Now to your question. The difficulty in determining what the Koran has to say about virgins and such is establishing what the Koran says, period. Translators vary widely in their rendering of the spare and often opaque text. For example, we find the following passage in a Web-based version of Islam's holy book (
www.unn.ac.uk/societies/islamic/index.htm): "Verily, for the Muttaqun [righteous], there will be a success (paradise); gardens and grapeyards; and young full-breasted (mature) maidens of equal age; and a full cup (of wine)" (An-Naba 78:31-34). Whoa, one thinks--the Kingdom of Heaven meets the Playboy Advisor! However, most other English translations, both on-line and in print, replace "full-breasted maidens" with some tame construction such as "companions." Inquiring further, we find that the Arabic word at issue is WakawaAAiba, which appears nowhere else in the Koran. The French, less prudish in these matters, usually render it as something like des belles aux seins arrondis, "beautiful women with round breasts," so I think it's pretty clear what the Prophet, or at least his stenographers, had in mind.
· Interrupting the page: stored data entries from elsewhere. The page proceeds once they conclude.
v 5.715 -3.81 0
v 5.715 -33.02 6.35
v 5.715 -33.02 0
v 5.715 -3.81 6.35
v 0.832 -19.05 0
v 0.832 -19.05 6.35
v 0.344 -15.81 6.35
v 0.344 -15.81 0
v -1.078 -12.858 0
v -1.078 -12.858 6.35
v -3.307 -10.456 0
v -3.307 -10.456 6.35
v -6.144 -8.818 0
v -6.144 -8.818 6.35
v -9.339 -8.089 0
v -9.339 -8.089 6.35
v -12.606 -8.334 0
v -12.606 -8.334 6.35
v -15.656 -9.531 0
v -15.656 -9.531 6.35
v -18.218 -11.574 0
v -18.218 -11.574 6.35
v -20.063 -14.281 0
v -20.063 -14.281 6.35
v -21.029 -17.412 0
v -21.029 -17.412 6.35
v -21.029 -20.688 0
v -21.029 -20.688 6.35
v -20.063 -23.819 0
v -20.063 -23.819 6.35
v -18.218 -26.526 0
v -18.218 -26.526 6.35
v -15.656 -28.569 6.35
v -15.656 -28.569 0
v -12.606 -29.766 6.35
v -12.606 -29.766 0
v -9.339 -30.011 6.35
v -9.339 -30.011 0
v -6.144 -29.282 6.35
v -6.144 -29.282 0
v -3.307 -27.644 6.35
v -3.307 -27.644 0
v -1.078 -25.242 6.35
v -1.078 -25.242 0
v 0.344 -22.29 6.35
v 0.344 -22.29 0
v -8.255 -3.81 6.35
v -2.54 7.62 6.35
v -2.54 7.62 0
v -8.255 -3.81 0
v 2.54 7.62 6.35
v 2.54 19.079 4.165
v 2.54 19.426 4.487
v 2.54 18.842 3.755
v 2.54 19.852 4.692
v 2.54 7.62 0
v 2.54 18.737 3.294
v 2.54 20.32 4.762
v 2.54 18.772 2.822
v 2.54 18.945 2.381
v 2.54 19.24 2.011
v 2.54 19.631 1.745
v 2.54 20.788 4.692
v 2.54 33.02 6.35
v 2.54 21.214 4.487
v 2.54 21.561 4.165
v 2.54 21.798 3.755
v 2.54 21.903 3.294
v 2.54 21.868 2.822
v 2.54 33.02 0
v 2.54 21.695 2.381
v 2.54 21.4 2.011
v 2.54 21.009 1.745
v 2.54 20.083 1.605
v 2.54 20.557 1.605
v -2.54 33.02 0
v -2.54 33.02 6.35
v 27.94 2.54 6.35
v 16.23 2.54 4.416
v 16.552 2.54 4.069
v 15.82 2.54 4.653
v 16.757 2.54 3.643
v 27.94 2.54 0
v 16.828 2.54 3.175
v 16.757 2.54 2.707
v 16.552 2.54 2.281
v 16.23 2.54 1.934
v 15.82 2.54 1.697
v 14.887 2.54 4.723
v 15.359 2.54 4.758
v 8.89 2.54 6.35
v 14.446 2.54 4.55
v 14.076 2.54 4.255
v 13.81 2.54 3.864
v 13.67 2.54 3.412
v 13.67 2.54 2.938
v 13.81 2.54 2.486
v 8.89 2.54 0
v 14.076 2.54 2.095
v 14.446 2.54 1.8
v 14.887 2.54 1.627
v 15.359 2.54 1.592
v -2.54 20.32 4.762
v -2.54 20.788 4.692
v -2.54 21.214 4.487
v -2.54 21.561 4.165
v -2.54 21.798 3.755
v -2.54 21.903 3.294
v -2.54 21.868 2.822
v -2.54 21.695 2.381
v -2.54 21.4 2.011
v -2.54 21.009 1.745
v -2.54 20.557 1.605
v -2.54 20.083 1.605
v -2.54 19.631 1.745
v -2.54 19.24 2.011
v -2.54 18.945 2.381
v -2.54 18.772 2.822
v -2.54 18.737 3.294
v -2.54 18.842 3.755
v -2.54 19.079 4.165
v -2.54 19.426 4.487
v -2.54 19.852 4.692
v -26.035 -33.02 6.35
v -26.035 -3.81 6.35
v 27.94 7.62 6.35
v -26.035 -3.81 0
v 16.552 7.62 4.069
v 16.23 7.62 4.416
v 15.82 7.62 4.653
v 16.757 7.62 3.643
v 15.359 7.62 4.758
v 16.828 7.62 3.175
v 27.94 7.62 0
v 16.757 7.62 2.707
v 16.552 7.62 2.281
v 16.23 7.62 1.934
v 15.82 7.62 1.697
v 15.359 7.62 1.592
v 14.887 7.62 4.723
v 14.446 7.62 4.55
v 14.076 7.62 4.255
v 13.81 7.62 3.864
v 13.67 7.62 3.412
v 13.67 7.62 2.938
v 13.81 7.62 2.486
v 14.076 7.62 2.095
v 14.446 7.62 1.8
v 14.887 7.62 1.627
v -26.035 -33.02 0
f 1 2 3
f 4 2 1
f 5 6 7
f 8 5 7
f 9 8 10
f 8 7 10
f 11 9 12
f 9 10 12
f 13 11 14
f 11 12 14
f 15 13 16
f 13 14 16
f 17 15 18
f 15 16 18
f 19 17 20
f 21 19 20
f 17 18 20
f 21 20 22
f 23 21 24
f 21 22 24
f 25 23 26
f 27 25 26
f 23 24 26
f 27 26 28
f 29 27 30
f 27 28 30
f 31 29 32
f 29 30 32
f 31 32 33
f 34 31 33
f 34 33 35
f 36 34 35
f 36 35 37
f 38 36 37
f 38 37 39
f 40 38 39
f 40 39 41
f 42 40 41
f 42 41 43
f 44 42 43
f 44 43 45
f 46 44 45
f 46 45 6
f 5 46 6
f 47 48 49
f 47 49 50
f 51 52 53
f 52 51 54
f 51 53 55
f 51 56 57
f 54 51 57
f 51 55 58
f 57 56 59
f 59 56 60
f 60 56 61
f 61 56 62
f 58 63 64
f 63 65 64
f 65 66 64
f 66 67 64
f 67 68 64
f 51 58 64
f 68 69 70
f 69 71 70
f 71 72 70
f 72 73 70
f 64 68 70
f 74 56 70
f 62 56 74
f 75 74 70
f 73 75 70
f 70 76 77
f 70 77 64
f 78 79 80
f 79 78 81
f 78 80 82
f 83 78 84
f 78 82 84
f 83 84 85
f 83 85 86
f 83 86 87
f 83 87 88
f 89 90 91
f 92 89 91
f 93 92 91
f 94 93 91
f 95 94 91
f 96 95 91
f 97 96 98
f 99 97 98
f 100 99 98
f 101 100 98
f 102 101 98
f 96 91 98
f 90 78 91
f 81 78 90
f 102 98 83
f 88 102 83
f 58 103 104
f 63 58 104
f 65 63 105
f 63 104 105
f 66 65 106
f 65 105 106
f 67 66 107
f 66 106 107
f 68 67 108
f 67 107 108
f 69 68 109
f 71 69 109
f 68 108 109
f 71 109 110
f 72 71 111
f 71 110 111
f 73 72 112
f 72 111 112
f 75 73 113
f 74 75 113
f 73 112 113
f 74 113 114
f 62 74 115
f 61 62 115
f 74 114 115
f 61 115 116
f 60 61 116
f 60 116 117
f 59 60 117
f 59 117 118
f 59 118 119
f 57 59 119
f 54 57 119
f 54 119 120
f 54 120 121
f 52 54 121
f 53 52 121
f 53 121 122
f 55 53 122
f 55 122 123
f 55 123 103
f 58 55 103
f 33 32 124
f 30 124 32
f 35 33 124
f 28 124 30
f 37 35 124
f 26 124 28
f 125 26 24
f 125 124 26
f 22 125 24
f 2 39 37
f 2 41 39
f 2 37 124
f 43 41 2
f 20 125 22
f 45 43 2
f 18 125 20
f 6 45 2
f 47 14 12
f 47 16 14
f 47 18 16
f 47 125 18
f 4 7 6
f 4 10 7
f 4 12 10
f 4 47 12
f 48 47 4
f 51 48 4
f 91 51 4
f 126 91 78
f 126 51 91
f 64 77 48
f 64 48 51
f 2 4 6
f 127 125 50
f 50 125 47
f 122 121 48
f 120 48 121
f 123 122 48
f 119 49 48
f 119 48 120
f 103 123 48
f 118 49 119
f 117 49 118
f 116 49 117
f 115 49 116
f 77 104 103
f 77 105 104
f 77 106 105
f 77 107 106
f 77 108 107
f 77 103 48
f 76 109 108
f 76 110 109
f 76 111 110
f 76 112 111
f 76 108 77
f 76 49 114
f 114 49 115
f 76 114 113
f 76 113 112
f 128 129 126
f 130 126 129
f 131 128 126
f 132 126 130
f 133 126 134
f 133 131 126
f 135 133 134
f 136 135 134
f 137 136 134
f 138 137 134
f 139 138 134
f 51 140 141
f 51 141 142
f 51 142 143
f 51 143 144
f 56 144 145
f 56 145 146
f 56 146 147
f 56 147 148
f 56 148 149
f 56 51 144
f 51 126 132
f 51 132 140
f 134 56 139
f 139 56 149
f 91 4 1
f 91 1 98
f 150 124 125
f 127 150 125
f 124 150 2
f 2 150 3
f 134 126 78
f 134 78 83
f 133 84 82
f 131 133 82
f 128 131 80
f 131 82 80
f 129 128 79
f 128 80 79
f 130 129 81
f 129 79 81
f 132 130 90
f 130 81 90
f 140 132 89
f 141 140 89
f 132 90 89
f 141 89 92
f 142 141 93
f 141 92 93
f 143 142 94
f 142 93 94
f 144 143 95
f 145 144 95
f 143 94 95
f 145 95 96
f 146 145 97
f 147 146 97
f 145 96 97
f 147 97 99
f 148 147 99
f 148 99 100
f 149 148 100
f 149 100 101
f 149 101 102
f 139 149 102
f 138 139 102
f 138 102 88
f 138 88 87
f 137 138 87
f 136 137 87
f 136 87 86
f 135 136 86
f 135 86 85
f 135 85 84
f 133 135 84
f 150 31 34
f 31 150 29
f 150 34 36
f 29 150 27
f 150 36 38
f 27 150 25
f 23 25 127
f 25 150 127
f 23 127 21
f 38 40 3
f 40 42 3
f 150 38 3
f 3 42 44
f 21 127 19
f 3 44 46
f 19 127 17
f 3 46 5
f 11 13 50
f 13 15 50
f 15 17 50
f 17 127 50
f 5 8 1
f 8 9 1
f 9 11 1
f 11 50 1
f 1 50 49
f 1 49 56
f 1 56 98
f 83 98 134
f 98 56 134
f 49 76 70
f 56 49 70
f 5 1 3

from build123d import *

# Parameters (mm, degrees)
SKETCH1_W           = 27.94
SKETCH1_H           = 27.94
SKETCH1_W_2         = 5.08
SKETCH1_H_2         = 66.04
BOSS_EXTRUDE1_DEPTH = 6.35
SKETCH2_R           = 1.5875
CUT_EXTRUDE1_DEPTH  = 12.7
SKETCH3_W           = 6.35
SKETCH3_H           = 5.08
BOSS_EXTRUDE2_DEPTH = 25.4
SKETCH4_R           = 1.5875
CUT_EXTRUDE2_DEPTH  = 25.4
SKETCH5_R           = 10.99185
CUT_EXTRUDE3_DEPTH  = 25.4
BOSS_EXTRUDE3_DEPTH = 6.35
SKETCH8_W           = 31.75
SKETCH8_H           = 29.21
SKETCH8_R           = 10.99185
BOSS_EXTRUDE4_DEPTH = 6.35
SKETCH9_W           = 4.445
SKETCH9_H           = 27.94
CUT_EXTRUDE4_DEPTH  = 6.35


with BuildPart() as part:
    # Sketch1 → Boss-Extrude1 (new body)
    with BuildSketch(Plane.XY):
        with Locations((-16.51, -19.05)):
            Rectangle(SKETCH1_W, SKETCH1_H)
        Rectangle(SKETCH1_W_2, SKETCH1_H_2)
    extrude(amount=BOSS_EXTRUDE1_DEPTH)

    # Sketch2 → Cut-Extrude1 (cut)
    with BuildSketch(Plane.ZY.offset(2.54)):
        with Locations((3.175, 20.32)):
            Circle(SKETCH2_R)
    extrude(amount=-CUT_EXTRUDE1_DEPTH, mode=Mode.SUBTRACT)

    # Sketch3 → Boss-Extrude2 (add)
    with BuildSketch(Plane(origin=(2.54, 0, 0), x_dir=(0, 0, -1), z_dir=(1, 0, 0))):
        with Locations((-3.175, 5.08)):
            Rectangle(SKETCH3_W, SKETCH3_H)
    extrude(amount=BOSS_EXTRUDE2_DEPTH)

    # Sketch4 → Cut-Extrude2 (cut)
    with BuildSketch(Plane.XZ.offset(-2.54)):
        with Locations((15.24, 3.175)):
            Circle(SKETCH4_R)
    extrude(amount=-CUT_EXTRUDE2_DEPTH, mode=Mode.SUBTRACT)

    # Sketch5 → Cut-Extrude3 (cut)
    with BuildSketch(Plane.XY.offset(6.35)):
        with Locations((-10.16, -19.05)):
            Circle(SKETCH5_R)
    extrude(amount=-CUT_EXTRUDE3_DEPTH, mode=Mode.SUBTRACT)

    # Sketch6 → Boss-Extrude3 (add)
    with BuildSketch(Plane.XY.offset(6.35)):
        Polygon((-2.54, 7.62), (-8.89, -5.08), (-2.54, -5.08), align=None)
        Polygon((2.54, 2.54), (2.54, -10.16), (8.89, 2.54), align=None)
    extrude(amount=-BOSS_EXTRUDE3_DEPTH)

    # Sketch8 → Boss-Extrude4 (add)
    with BuildSketch(Plane.XY.offset(6.35)):
        with Locations((-10.16, -18.415)):
            Rectangle(SKETCH8_W, SKETCH8_H)
        with Locations((-10.16, -19.05)):
            Circle(SKETCH8_R, mode=Mode.SUBTRACT)
    extrude(amount=-BOSS_EXTRUDE4_DEPTH)

    # Sketch9 → Cut-Extrude4 (cut)
    with BuildSketch(Plane.XY.offset(6.35)):
        with Locations((-28.2575, -19.05)):
            Rectangle(SKETCH9_W, SKETCH9_H)
    extrude(amount=-CUT_EXTRUDE4_DEPTH, mode=Mode.SUBTRACT)


solid = part.part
Nothing in the Koran specifically states that the faithful are allotted 72 virgins apiece. For this elaboration we turn to the hadith, traditional sayings traced with varying degrees of credibility to Muhammad. Hadith number 2,562 in the collection known as the Sunan al-Tirmidhi says, "The least [reward] for the people of Heaven is 80,000 servants and 72 wives, over which stands a dome of pearls, aquamarine and ruby."
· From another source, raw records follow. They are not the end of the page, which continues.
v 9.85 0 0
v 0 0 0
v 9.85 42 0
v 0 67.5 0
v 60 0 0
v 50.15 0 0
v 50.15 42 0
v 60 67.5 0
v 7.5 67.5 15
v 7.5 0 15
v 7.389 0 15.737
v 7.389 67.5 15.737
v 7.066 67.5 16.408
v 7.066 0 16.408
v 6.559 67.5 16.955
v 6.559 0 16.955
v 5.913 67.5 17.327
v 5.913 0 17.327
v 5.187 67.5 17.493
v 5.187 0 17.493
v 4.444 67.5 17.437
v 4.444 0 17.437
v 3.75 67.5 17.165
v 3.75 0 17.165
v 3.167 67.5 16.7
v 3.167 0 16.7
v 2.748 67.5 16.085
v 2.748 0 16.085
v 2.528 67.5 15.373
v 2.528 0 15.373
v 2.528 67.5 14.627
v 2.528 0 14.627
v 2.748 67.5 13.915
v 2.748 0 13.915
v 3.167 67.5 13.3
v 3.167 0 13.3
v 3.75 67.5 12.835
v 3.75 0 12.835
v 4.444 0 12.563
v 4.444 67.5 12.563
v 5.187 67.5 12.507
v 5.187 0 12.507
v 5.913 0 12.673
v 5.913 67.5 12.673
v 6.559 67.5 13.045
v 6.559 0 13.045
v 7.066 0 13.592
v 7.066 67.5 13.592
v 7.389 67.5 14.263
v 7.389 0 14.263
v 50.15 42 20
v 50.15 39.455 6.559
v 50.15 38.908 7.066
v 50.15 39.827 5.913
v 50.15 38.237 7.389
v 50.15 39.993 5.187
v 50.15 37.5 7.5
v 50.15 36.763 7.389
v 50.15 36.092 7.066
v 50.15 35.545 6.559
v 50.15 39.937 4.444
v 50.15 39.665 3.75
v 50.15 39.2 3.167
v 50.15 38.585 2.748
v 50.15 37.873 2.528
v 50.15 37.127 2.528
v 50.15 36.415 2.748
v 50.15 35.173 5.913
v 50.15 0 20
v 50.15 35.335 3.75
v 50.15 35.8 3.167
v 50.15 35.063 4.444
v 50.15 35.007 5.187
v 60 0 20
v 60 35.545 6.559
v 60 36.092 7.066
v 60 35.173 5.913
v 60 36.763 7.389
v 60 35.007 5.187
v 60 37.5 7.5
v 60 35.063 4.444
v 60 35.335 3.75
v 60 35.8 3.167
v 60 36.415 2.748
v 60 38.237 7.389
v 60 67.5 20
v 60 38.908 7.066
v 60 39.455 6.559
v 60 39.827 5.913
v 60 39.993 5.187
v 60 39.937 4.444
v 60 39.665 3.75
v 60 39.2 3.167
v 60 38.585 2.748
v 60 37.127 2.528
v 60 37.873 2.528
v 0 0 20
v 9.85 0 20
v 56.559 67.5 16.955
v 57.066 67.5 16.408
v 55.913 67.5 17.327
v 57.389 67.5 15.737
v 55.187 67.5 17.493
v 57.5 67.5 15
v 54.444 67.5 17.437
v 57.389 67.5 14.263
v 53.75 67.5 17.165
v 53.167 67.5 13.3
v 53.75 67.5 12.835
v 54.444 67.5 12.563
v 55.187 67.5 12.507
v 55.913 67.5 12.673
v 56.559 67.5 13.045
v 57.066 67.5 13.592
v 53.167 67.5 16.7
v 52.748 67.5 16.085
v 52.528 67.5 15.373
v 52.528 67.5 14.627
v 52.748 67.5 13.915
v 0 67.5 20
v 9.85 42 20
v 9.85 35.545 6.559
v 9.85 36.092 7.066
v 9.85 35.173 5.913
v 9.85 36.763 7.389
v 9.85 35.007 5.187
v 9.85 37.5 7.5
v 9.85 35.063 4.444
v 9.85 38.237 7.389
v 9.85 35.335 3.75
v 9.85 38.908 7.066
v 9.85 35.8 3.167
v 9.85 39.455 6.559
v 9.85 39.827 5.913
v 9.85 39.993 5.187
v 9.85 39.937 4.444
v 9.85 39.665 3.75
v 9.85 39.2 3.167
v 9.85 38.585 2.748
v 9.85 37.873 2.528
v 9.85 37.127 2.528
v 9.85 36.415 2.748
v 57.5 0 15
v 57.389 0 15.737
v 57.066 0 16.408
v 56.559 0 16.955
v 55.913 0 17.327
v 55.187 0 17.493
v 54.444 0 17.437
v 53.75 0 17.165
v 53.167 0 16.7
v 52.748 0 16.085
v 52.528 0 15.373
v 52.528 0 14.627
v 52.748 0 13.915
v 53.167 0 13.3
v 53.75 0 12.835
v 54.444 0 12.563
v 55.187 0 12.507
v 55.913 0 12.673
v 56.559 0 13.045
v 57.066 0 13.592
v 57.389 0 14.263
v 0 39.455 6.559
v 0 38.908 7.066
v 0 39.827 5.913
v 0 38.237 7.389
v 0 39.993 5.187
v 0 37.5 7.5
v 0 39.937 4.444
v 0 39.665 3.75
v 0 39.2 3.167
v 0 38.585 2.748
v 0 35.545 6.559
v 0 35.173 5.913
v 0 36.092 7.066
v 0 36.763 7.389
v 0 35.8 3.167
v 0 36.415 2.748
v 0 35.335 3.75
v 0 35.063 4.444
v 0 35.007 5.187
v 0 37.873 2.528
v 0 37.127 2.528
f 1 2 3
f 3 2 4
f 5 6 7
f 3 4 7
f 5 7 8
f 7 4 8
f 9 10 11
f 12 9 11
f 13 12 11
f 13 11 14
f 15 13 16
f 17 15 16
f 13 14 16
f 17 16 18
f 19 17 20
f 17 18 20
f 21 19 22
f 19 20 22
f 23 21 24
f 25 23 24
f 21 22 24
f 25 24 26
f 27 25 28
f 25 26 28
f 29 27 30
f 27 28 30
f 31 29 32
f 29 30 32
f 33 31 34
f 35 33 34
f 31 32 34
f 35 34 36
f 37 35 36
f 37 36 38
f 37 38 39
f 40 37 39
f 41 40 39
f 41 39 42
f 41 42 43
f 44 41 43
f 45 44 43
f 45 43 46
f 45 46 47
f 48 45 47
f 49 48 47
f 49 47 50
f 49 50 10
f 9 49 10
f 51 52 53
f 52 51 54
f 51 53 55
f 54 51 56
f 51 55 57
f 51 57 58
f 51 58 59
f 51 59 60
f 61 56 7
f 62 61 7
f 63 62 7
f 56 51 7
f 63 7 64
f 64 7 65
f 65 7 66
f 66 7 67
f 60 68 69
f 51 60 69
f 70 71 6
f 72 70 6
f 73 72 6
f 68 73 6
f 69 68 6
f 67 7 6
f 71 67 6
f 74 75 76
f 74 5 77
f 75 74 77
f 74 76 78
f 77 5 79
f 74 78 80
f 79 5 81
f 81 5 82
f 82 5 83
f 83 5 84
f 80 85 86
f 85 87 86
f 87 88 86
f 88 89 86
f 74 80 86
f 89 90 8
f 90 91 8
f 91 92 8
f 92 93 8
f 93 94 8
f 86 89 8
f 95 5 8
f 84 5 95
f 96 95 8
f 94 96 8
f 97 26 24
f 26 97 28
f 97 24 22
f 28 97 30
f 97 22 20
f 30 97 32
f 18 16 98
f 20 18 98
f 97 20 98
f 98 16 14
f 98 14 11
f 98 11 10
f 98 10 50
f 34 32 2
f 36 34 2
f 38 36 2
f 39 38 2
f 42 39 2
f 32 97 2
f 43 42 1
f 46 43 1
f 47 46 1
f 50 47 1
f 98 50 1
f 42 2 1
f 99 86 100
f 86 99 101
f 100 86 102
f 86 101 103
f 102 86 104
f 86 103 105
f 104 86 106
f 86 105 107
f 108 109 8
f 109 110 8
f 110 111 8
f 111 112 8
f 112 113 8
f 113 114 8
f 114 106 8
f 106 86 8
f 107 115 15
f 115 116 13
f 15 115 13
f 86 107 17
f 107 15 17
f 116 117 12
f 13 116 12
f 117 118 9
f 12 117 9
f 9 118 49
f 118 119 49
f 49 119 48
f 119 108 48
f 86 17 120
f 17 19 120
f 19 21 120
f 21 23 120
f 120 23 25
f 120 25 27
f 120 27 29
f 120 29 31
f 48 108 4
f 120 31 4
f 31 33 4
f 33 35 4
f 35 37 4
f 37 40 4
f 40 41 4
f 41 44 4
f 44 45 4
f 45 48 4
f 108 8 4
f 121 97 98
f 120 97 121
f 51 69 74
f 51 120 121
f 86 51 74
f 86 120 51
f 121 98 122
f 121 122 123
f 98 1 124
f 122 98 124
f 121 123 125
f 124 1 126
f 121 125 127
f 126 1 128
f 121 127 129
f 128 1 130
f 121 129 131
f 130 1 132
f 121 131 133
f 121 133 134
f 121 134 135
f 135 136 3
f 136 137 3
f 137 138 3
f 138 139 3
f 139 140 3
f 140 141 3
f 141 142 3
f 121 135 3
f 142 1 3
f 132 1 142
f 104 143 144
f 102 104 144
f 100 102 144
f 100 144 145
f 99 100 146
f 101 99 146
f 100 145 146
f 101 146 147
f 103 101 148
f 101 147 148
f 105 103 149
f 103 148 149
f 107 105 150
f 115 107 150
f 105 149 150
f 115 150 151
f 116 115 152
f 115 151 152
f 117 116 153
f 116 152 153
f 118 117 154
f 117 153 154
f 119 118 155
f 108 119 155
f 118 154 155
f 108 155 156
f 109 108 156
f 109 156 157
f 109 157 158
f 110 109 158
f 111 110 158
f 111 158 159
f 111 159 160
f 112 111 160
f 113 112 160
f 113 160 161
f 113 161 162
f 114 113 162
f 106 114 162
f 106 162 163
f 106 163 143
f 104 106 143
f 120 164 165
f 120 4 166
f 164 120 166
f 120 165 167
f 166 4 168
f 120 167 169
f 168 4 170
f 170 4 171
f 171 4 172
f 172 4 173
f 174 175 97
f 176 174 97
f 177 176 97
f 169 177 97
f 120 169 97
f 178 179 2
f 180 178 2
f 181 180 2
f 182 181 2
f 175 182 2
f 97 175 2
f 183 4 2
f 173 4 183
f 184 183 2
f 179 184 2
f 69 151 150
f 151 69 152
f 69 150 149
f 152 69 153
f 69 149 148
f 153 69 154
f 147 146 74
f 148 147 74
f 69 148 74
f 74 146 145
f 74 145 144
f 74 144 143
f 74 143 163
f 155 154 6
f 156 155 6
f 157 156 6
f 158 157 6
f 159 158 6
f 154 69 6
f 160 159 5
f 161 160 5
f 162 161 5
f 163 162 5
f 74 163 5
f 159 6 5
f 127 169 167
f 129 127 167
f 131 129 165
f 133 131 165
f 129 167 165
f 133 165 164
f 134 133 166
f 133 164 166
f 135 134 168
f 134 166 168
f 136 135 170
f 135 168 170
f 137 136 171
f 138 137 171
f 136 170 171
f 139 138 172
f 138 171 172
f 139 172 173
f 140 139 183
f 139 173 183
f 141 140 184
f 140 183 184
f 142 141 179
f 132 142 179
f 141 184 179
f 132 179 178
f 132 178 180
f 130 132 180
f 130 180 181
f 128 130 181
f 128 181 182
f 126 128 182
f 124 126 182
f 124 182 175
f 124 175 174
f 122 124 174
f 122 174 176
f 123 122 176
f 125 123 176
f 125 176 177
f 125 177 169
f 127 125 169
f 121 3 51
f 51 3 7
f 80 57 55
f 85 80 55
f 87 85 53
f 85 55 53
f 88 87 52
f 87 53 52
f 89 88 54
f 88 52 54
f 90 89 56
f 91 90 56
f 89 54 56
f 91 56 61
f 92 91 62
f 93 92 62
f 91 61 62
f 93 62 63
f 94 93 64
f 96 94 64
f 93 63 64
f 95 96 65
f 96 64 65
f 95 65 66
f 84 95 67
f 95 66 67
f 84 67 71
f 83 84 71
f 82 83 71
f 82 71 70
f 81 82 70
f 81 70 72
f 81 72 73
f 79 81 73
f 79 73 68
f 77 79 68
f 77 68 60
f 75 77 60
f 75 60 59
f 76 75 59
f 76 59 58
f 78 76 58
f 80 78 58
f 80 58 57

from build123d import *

# Parameters (mm, degrees)
BOSS_EXTRUDE1_DEPTH = 20
SKETCH3_R           = 2.5
CUT_EXTRUDE1_DEPTH  = 68.5
SKETCH4_R           = 2.5
CUT_EXTRUDE2_DEPTH  = 61


with BuildPart() as part:
    # Sketch1 → Boss-Extrude1 (new body)
    with BuildSketch(Plane.XY):
        Polygon((50.15, 0), (60, 0), (60, 67.5), (0, 67.5), (0, 0), (9.85, 0), (9.85, 42), (50.15, 42), align=None)
    extrude(amount=BOSS_EXTRUDE1_DEPTH)

    # Sketch3 → Cut-Extrude1 (cut, through all)
    with BuildSketch(Plane.XZ):
        with Locations((5, 15)):
            Circle(SKETCH3_R)
        with Locations((55, 15)):
            Circle(SKETCH3_R)
    extrude(amount=-CUT_EXTRUDE1_DEPTH, mode=Mode.SUBTRACT)

    # Sketch4 → Cut-Extrude2 (cut, through all)
    with BuildSketch(Plane.ZY):
        with Locations((5, 37.5)):
            Circle(SKETCH4_R)
    extrude(amount=-CUT_EXTRUDE2_DEPTH, mode=Mode.SUBTRACT)


solid = part.part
A little hype from the marketing department, you may say. Fine. Let's return to the Koran, Islam's font of religious authority. Even if we leave out the racy detail and make allowances for metaphor, we're obliged to admit that Islamic heaven is a pretty rockin' place, with an emphasis on sensual pleasures. The provision of virgins in indeterminate quantities is alluded to at numerous points, and you know they're not just there to fluff the pillows. (In fairness to the Prophet, the physical quality usually attributed to the houris, as they're called, is "wide lovely eyes.") The food, service, ambience., etc, are great. You're allowed to enjoy things the Koran explicitly denies you on earth, such as alcohol, and you won't even get sick. ("Wine . . . delicious to those who drink it . . . will neither dull their senses nor they will become drunk.") Granted, the whole thing is skewed toward the male idea of a good time, a defect by no means confined to Islam. Were Muhammad to found a religion today, I'm confident that each female arrival in heaven would be assigned a comely stud who would provide fabulous sex and in addition hang the curtain rods the first time he was asked. Granted, also, the emphasis on virgins is a little weird. (Think back on the first nights you've been party to. Was this your idea of great sex?) Still, you have to admit, heaven as Party Central sure beats the Christian idea of angels with harps.
Does this make Islamic cosmology "unsophisticated and juvenile"? Maybe. (Oh, let's not be lame about this. Of course it does.) But don't be too quick to judge. Christianity, after all, invented the idea of paradise in the first place. Looking at things from the point of view of a cynical materialist, which is the more outrageous proposition--luring the proles with the promise of eternal life, or throwing 72 virgins into the bargain?